> **Dataset items**
==================================================
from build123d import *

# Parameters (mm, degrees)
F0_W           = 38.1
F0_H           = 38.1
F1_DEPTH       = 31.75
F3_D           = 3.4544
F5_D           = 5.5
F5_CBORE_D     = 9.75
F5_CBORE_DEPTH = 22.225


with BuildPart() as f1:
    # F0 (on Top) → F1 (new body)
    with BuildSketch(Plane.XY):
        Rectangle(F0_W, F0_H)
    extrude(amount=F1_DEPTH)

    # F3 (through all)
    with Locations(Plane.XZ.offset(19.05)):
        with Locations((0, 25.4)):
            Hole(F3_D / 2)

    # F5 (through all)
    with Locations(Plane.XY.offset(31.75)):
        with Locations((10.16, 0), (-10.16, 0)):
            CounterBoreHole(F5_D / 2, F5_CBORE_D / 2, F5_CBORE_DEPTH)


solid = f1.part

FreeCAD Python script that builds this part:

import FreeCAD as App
import Part
import Sketcher
Q = App.Units.Quantity

doc = App.newDocument("Part")
body = doc.addObject("PartDesign::Body", "Body")

# Sketch on XY plane
sketch1 = body.newObject("Sketcher::SketchObject", "Sketch")
sketch1.AttachmentSupport = (doc.getObject("XY_Plane"), [""])
sketch1.MapMode = "FlatFace"
sketch1.addGeometry([
    Part.LineSegment(App.Vector(-19, 19, 0), App.Vector(-19, -19, 0)),
    Part.LineSegment(App.Vector(-19, -19, 0), App.Vector(19, -19, 0)),
    Part.LineSegment(App.Vector(19, -19, 0), App.Vector(19, 19, 0)),
    Part.LineSegment(App.Vector(19, 19, 0), App.Vector(-19, 19, 0)),
], False)
sketch1.addConstraint([
    Sketcher.Constraint("Coincident", 0, 2, 1, 1),
    Sketcher.Constraint("Coincident", 1, 2, 2, 1),
    Sketcher.Constraint("Coincident", 2, 2, 3, 1),
    Sketcher.Constraint("Coincident", 3, 2, 0, 1),
    Sketcher.Constraint("Vertical", 0),
    Sketcher.Constraint("Horizontal", 1),
    Sketcher.Constraint("Vertical", 2),
    Sketcher.Constraint("Horizontal", 3),
    Sketcher.Constraint("Symmetric", 0, 2, 2, 2, -1, 1),
    Sketcher.Constraint("Equal", 3, 0),
    Sketcher.Constraint("DistanceX", 1, 1, 1, 2, Q("1.5 in")),
])
pad1 = body.newObject("PartDesign::Pad", "Pad")
pad1.Profile = sketch1
pad1.Length = Q("1.25 in")

# Sketch on XZ plane
sketch2 = body.newObject("Sketcher::SketchObject", "Sketch001")
sketch2.AttachmentSupport = (doc.getObject("XZ_Plane"), [""])
sketch2.MapMode = "FlatFace"
sketch2.AttachmentOffset = App.Placement(App.Vector(0, 0, 0.75 * 25.4), App.Rotation())
sketch2.addGeometry(Part.Circle(App.Vector(0, 25.4, 0), App.Vector(0, 0, 1), 1.7), False)
sketch2.addConstraint([
    Sketcher.Constraint("PointOnObject", 0, 3, -2),
    Sketcher.Constraint("Diameter", 0, Q("0.136 in")),
    Sketcher.Constraint("DistanceY", -1, 1, 0, 3, Q("1 in")),
])
doc.recompute()
hole = body.newObject("PartDesign::Hole", "Hole")
hole.Profile = sketch2
hole.ThreadType = "None"
hole.Diameter = Q("0.136 in")
hole.DepthType = "ThroughAll"

# Sketch on XY plane
sketch3 = body.newObject("Sketcher::SketchObject", "Sketch002")
sketch3.AttachmentSupport = (doc.getObject("XY_Plane"), [""])
sketch3.MapMode = "FlatFace"
sketch3.AttachmentOffset = App.Placement(App.Vector(0, 0, 1.25 * 25.4), App.Rotation())
sketch3.addGeometry([
    Part.Circle(App.Vector(10.2, 0, 0), App.Vector(0, 0, 1), 2.8),
    Part.Circle(App.Vector(-10.2, 0, 0), App.Vector(0, 0, 1), 2.8),
], False)
sketch3.addConstraint([
    Sketcher.Constraint("Equal", 0, 1),
    Sketcher.Constraint("Symmetric", 0, 3, 1, 3, -1, 1),
    Sketcher.Constraint("PointOnObject", 0, 3, -1),
    Sketcher.Constraint("DistanceX", -1, 1, 0, 3, Q("0.4 in")),
    Sketcher.Constraint("Diameter", 0, 5.5),
])
doc.recompute()
hole2 = body.newObject("PartDesign::Hole", "Hole001")
hole2.Profile = sketch3
hole2.ThreadType = "None"
hole2.Diameter = 5.5
hole2.DepthType = "ThroughAll"
hole2.HoleCutType = "Counterbore"
hole2.HoleCutDiameter = 9.75
hole2.HoleCutDepth = Q("0.875 in")

doc.recompute()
==================================================
Given the records above, reproduce precisely and only the lines between the line holding "Rectangle(F0_W, F0_H)" and the line holding "FreeCAD Python script", inclusive.

> **Result of this exercise**
        Rectangle(F0_W, F0_H)
    extrude(amount=F1_DEPTH)

    # F3 (through all)
    with Locations(Plane.XZ.offset(19.05)):
        with Locations((0, 25.4)):
            Hole(F3_D / 2)

    # F5 (through all)
    with Locations(Plane.XY.offset(31.75)):
        with Locations((10.16, 0), (-10.16, 0)):
            CounterBoreHole(F5_D / 2, F5_CBORE_D / 2, F5_CBORE_DEPTH)


solid = f1.part

FreeCAD Python script that builds this part:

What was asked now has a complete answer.